How do the three-axis taxonomies of memory forms and functions differ?
This explores the different ways recent work carves agent memory into a small number of orthogonal axes — and how those carvings disagree about what the 'three' should even be.
This reads the question as: when researchers say memory has three axes, they don't all mean the same three — so what's actually being distinguished? The corpus has at least three competing schemes, and the interesting part is that they slice along different planes.
The most explicit one comes from a 2025 survey that proposes forms (token, parametric, latent), functions (factual, experiential, working), and dynamics (formation, evolution, retrieval) Can three axes replace the short-term long-term memory split?. Its argument is that the familiar short-term/long-term split isn't a real architectural axis at all — it's an emergent pattern that falls out of the dynamics axis (how memory forms and decays over time). So 'forms' is about *where* memory lives, 'functions' is about *what it's for*, and 'dynamics' is about *how it changes*. These are meant to be genuinely orthogonal: any real system is a point in all three at once.
A different three-way cut maps memory onto the brain rather than onto abstract properties: transformer weights as a consolidated neocortex, retrieval/RAG stores as hippocampal rapid encoding, and agentic state as prefrontal executive control Can brain memory systems explain how LLMs should store knowledge?. Notice this overlaps the survey's 'forms' axis (weights ≈ parametric, retrieval ≈ token) but smuggles in function too — the prefrontal/agentic tier is defined by what it does, not where it sits. So this taxonomy collapses two of the survey's supposedly-independent axes into one biological story, which is exactly the kind of conflation the forms/functions/dynamics framing is trying to pull apart.

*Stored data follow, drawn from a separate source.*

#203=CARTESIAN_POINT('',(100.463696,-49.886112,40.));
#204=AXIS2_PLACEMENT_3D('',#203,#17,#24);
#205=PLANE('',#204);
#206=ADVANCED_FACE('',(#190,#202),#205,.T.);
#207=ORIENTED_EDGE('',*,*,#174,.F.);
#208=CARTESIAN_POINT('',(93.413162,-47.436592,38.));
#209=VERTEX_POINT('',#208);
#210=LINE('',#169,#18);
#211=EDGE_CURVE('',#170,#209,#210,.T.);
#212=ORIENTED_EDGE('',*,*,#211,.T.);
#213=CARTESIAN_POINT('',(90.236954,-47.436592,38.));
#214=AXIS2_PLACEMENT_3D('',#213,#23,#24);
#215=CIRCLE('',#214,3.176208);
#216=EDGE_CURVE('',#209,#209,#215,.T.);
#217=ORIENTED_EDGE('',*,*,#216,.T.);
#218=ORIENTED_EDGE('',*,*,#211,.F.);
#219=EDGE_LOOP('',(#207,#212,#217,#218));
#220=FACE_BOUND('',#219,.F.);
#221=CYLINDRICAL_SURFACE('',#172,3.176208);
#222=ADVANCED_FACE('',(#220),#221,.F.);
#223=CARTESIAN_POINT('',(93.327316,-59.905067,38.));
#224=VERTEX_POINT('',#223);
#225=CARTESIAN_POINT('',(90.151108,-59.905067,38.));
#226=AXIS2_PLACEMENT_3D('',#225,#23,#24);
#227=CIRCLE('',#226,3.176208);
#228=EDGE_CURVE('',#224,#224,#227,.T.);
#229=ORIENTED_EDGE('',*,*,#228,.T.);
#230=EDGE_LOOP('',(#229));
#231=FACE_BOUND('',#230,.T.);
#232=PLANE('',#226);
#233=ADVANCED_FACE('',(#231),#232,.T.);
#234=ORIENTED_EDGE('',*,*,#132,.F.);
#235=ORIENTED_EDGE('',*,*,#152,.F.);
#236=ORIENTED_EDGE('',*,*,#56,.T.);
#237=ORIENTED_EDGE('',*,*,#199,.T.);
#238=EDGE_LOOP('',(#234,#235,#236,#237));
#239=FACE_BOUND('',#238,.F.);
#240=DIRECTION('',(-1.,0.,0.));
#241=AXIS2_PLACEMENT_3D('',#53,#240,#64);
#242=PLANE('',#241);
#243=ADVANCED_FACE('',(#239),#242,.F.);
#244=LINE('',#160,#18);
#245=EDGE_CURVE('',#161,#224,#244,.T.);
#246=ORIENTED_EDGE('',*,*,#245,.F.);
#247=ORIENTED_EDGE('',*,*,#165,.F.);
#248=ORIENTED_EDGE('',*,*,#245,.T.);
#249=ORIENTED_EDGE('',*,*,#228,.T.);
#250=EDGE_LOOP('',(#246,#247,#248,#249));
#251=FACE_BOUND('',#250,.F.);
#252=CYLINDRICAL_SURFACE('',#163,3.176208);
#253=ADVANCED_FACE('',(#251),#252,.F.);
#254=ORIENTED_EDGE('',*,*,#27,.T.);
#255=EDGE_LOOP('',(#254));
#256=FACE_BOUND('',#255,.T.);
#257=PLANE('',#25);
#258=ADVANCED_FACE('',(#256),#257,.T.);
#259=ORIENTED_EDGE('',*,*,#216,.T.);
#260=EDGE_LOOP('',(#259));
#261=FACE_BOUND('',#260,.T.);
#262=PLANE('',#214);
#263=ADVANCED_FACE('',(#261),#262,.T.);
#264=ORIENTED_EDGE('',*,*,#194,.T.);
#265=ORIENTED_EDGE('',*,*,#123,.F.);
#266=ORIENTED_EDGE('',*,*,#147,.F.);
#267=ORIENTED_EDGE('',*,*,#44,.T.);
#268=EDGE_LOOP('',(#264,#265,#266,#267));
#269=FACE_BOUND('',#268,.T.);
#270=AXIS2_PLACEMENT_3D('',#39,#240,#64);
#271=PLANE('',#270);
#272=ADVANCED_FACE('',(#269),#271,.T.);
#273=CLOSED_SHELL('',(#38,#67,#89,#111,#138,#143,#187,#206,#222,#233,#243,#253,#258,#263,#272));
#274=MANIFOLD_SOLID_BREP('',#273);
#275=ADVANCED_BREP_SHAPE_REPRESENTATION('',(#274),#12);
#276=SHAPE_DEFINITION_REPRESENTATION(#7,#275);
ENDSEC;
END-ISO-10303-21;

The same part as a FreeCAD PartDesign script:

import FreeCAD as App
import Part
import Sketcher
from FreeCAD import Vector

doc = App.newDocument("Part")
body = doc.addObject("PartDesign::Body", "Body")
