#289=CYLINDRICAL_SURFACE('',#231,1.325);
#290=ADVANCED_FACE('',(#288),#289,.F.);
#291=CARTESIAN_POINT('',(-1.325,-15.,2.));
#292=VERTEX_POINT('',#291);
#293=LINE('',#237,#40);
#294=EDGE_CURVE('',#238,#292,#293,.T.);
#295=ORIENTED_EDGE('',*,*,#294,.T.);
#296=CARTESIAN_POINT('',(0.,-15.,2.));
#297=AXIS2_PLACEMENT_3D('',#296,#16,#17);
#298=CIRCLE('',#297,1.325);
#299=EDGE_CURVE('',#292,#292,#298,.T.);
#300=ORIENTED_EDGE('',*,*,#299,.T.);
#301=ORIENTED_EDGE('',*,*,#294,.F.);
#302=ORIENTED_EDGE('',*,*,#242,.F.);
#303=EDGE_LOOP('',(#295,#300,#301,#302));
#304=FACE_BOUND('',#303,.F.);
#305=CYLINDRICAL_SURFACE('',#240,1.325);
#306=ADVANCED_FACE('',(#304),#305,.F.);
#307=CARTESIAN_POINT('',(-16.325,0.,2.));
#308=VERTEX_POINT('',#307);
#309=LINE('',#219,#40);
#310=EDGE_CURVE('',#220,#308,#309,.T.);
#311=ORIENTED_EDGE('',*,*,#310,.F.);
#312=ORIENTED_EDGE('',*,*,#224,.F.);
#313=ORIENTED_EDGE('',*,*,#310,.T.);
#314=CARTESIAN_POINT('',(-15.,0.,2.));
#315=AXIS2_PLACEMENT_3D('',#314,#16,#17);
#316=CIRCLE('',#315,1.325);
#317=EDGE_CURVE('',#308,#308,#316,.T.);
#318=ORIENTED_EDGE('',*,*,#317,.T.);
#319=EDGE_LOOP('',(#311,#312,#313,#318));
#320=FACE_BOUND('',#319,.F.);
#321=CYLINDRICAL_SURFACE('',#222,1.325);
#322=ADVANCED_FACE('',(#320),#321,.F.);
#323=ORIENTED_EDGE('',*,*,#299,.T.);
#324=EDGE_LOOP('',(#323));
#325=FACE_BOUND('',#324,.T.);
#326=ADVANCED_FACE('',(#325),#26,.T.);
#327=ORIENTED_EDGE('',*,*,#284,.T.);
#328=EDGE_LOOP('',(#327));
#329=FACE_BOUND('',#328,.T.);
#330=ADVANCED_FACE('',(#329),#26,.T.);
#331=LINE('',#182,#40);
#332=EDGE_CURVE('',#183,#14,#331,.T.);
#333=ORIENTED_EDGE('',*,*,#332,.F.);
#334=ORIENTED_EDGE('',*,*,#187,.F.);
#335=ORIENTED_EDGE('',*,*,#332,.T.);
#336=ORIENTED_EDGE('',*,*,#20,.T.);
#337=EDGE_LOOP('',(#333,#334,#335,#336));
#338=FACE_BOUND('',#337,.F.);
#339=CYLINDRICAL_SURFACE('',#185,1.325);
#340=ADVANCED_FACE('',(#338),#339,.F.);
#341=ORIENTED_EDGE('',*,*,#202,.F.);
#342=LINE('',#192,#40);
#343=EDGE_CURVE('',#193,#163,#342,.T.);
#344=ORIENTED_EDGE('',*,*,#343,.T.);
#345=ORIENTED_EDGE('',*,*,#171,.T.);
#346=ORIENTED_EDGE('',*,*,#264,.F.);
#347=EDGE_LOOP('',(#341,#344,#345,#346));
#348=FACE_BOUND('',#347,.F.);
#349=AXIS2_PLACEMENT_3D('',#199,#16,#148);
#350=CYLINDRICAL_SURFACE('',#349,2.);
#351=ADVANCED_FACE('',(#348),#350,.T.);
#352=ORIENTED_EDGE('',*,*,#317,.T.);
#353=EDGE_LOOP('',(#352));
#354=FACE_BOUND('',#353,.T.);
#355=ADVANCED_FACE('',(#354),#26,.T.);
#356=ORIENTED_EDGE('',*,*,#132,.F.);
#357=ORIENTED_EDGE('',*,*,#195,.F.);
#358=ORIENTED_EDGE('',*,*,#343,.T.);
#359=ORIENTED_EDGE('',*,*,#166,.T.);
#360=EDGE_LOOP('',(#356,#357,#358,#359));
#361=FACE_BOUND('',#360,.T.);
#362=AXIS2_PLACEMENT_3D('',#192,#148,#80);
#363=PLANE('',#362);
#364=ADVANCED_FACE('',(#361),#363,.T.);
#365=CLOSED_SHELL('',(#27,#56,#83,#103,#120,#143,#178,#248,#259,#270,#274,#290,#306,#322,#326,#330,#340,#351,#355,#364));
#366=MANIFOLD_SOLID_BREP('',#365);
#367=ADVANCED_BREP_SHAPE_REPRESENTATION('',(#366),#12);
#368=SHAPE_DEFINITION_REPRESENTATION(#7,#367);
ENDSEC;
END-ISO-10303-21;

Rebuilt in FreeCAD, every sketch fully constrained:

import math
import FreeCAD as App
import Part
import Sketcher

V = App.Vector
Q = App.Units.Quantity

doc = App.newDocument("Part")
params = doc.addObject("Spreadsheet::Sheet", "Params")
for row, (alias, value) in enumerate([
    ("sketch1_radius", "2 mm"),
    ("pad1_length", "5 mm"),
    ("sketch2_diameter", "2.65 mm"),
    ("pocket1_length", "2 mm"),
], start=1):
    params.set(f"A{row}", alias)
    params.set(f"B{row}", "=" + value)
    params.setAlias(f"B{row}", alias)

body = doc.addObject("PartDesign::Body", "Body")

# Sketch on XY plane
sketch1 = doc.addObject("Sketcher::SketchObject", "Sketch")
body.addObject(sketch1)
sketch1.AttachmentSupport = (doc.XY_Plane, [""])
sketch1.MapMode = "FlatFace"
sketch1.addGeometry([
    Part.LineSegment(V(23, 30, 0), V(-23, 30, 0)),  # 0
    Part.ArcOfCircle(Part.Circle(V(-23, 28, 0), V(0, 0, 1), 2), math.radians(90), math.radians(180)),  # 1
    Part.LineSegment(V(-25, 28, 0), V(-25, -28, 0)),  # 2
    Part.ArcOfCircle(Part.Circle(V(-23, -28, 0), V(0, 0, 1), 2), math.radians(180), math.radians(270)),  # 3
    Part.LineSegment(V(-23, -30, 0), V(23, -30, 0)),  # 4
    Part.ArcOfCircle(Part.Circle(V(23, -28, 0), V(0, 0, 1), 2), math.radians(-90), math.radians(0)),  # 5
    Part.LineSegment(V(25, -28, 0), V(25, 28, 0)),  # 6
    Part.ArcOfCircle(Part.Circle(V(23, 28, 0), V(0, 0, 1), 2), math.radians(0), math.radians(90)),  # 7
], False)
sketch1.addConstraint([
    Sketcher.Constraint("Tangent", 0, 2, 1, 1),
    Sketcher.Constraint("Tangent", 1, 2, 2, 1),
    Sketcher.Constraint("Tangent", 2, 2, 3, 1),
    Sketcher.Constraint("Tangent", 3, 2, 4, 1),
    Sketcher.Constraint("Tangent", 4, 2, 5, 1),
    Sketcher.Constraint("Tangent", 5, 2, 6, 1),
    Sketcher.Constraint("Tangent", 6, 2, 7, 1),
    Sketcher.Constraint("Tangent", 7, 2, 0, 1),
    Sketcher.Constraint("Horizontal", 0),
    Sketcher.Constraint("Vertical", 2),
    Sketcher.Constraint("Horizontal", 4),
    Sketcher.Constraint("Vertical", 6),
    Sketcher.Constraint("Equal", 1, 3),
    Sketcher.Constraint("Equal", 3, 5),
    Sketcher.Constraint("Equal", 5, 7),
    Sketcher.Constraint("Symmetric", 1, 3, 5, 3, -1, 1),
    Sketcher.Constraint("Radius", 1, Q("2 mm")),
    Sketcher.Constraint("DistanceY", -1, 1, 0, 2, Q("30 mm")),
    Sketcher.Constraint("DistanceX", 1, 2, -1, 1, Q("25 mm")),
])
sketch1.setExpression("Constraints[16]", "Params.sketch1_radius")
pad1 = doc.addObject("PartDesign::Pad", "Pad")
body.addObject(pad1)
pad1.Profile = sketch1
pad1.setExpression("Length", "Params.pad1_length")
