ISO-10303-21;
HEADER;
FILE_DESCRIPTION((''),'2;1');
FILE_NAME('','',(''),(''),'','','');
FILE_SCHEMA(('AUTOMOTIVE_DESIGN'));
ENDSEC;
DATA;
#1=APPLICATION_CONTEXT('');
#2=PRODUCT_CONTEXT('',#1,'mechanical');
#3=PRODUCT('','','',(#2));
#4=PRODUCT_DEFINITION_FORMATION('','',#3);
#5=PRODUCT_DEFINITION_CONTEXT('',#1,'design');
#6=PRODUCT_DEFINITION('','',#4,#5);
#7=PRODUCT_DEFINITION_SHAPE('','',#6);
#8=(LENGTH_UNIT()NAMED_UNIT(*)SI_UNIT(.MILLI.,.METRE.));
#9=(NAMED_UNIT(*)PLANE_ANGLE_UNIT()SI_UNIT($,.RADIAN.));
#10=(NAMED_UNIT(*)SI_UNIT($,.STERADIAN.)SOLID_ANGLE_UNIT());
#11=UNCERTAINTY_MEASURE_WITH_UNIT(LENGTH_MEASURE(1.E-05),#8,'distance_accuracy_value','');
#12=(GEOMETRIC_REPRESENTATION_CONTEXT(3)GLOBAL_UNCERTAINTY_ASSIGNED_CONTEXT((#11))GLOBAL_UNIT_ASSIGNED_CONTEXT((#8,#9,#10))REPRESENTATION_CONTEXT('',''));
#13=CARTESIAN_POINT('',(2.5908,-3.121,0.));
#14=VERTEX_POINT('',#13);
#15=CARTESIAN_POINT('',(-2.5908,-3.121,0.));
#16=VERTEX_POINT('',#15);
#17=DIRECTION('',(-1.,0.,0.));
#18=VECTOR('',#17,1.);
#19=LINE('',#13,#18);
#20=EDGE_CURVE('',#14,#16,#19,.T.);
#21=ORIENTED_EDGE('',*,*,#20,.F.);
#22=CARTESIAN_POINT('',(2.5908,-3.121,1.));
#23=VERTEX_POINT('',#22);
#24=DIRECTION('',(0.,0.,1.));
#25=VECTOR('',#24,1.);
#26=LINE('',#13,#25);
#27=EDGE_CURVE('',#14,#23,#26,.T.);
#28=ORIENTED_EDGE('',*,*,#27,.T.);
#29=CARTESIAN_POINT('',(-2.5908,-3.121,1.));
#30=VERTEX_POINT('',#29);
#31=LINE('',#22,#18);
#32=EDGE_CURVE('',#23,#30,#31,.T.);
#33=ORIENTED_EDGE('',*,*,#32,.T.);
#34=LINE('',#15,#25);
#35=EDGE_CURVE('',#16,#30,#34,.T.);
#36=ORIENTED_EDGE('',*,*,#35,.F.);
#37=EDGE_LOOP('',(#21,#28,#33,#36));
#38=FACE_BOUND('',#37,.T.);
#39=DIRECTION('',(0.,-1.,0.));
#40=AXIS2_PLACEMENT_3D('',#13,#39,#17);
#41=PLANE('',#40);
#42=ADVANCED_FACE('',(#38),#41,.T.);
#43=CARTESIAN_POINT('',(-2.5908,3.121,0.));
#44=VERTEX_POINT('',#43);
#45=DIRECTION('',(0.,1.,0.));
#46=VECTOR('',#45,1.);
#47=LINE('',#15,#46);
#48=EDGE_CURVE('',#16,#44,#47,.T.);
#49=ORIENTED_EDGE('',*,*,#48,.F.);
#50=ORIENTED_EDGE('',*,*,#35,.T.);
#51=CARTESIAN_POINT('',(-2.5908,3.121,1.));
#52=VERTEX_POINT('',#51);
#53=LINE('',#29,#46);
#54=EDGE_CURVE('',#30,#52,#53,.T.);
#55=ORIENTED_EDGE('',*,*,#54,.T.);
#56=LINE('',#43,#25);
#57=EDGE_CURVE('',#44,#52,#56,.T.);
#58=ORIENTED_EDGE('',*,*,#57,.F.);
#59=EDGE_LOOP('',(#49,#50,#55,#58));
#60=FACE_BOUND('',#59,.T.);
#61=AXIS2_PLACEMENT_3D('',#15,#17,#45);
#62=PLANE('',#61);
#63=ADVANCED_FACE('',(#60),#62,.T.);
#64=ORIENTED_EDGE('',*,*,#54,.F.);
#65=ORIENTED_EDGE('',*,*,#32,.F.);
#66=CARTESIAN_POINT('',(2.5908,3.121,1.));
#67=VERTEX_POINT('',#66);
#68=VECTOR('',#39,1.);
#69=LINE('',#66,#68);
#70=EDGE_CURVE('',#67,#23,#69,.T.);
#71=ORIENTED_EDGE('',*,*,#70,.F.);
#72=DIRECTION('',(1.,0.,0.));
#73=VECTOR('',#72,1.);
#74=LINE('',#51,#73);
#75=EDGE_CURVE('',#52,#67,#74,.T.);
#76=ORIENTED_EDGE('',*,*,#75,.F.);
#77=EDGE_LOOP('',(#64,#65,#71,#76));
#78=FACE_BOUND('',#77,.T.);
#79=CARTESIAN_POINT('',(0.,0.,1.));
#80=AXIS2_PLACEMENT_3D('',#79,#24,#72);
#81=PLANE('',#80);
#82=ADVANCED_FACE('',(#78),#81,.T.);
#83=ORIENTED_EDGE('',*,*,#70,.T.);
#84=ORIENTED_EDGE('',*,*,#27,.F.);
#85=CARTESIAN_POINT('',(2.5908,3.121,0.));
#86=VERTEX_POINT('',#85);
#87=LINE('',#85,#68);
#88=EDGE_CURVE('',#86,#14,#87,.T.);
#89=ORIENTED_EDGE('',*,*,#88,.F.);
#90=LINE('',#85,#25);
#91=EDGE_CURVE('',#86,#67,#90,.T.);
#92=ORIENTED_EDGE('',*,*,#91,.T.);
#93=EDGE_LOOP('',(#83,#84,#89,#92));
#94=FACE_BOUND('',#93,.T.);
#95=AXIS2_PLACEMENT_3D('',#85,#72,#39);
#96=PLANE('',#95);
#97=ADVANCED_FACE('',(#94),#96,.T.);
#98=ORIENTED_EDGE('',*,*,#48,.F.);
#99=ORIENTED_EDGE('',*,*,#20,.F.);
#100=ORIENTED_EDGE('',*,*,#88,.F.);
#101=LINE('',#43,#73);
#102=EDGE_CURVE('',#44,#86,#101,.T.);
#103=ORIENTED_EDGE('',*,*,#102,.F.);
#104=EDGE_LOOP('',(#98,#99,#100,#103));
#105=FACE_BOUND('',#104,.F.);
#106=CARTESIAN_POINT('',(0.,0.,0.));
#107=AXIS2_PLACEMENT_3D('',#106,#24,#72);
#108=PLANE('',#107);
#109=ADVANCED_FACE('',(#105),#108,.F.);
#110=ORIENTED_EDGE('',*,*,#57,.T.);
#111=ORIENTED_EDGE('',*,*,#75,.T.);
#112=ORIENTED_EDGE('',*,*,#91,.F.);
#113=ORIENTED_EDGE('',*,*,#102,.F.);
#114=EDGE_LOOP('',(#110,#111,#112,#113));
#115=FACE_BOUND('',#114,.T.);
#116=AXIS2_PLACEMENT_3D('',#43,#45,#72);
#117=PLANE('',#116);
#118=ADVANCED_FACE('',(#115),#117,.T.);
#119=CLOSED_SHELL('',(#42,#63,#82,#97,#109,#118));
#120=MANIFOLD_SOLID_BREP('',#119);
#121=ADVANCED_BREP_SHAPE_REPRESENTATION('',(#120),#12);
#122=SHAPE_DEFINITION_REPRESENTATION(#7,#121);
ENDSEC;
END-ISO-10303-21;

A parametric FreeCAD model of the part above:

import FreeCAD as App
import Part
import Sketcher

V = App.Vector

doc = App.newDocument("Part")
body = doc.addObject("PartDesign::Body", "Body")

sketch1 = body.newObject("Sketcher::SketchObject", "Sketch")
sketch1.AttachmentSupport = (doc.getObject("XY_Plane"), [""])
sketch1.MapMode = "FlatFace"
sketch1.addGeometry([
    Part.LineSegment(V(3, 3, 0), V(-3, 3, 0)),
    Part.LineSegment(V(-3, 3, 0), V(-3, -3, 0)),
    Part.LineSegment(V(-3, -3, 0), V(3, -3, 0)),
    Part.LineSegment(V(3, -3, 0), V(3, 3, 0)),
], False)
sketch1.addConstraint([
    Sketcher.Constraint("Coincident", 0, 2, 1, 1),
    Sketcher.Constraint("Coincident", 1, 2, 2, 1),
    Sketcher.Constraint("Coincident", 2, 2, 3, 1),
    Sketcher.Constraint("Coincident", 3, 2, 0, 1),
    Sketcher.Constraint("Horizontal", 0),
    Sketcher.Constraint("Vertical", 1),
    Sketcher.Constraint("Horizontal", 2),
    Sketcher.Constraint("Vertical", 3),
    Sketcher.Constraint("Symmetric", 0, 2, 2, 2, -1, 1),
    Sketcher.Constraint("DistanceY", 1, 2, 1, 1, 6.242),
    Sketcher.Constraint("DistanceX", 0, 2, 0, 1, 5.1816),
])
pad1 = body.newObject("PartDesign::Pad", "Pad")
pad1.Profile = sketch1
pad1.Length = 1

doc.recompute()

Then there are taxonomies that aren't three-axis at all but get mistaken for siblings. RAISE decomposes agent working memory into four components across two granularities — dialogue-level (conversation history, scratchpad) vs. turn-level (examples, task trajectory) How should agent memory split across time scales?. That's a 2×2, and it lives *entirely inside* the survey's 'working' function — so it's not a rival taxonomy, it's a zoom-in on one cell. Similarly, the STIM work splits chain-of-thought memorization into local, mid-range, and long-range sources Where do memorization errors arise in chain-of-thought reasoning? — a three-way cut, but along *distance*, a single dimension, not three orthogonal ones.
The payoff of seeing these side by side: a 'three-axis taxonomy' can mean three independent dimensions (forms/functions/dynamics), three instances along one dimension (memorization by distance), or a brain analogy that quietly bundles dimensions together. The reason this matters is practical — the survey's whole claim is that you can only compare two memory systems precisely if your axes are actually orthogonal, and that memory structure, not parameter count, is now the live scaling frontier Has memory architecture replaced parameter count as the scaling frontier?. Taxonomies that conflate where/what/how make that comparison impossible, which is the real difference between them.
Sources 5 notes
A 2025 survey reframes agent memory along forms (token/parametric/latent), functions (factual/experiential/working), and dynamics (formation/evolution/retrieval), showing that short/long-term phenomena emerge from temporal patterns rather than architectural separation. This enables precise system comparison and replaces vague implementation-based claims.
Research shows transformer weights function as a distributed neocortex for consolidated knowledge, RAG stores as hippocampal indexing for rapid encoding, and agentic state as prefrontal executive control. The CLS framework predicts why hybrid systems outperform single-tier approaches and identifies missing consolidation mechanisms that prevent memory integration.
RAISE shows that agent memory consists of four components organized by two design axes: dialogue-level (conversation history, scratchpad) versus turn-level (examples, task trajectory). This granularity distinction predicts different failure modes and update policies for each component.
STIM framework identifies local, mid-range, and long-range memorization sources in CoT reasoning. Local memorization—based on preceding tokens—accounts for up to 67% of reasoning errors, especially as complexity increases and distributional shift occurs.
Three converging signals in late-2025 research—taxonomy maturation, memory-aware test-time scaling loops, and hybrid sparsity laws—show that returns from restructuring memory now exceed returns from adding parameters. The design bottleneck has shifted from compute to memory structure.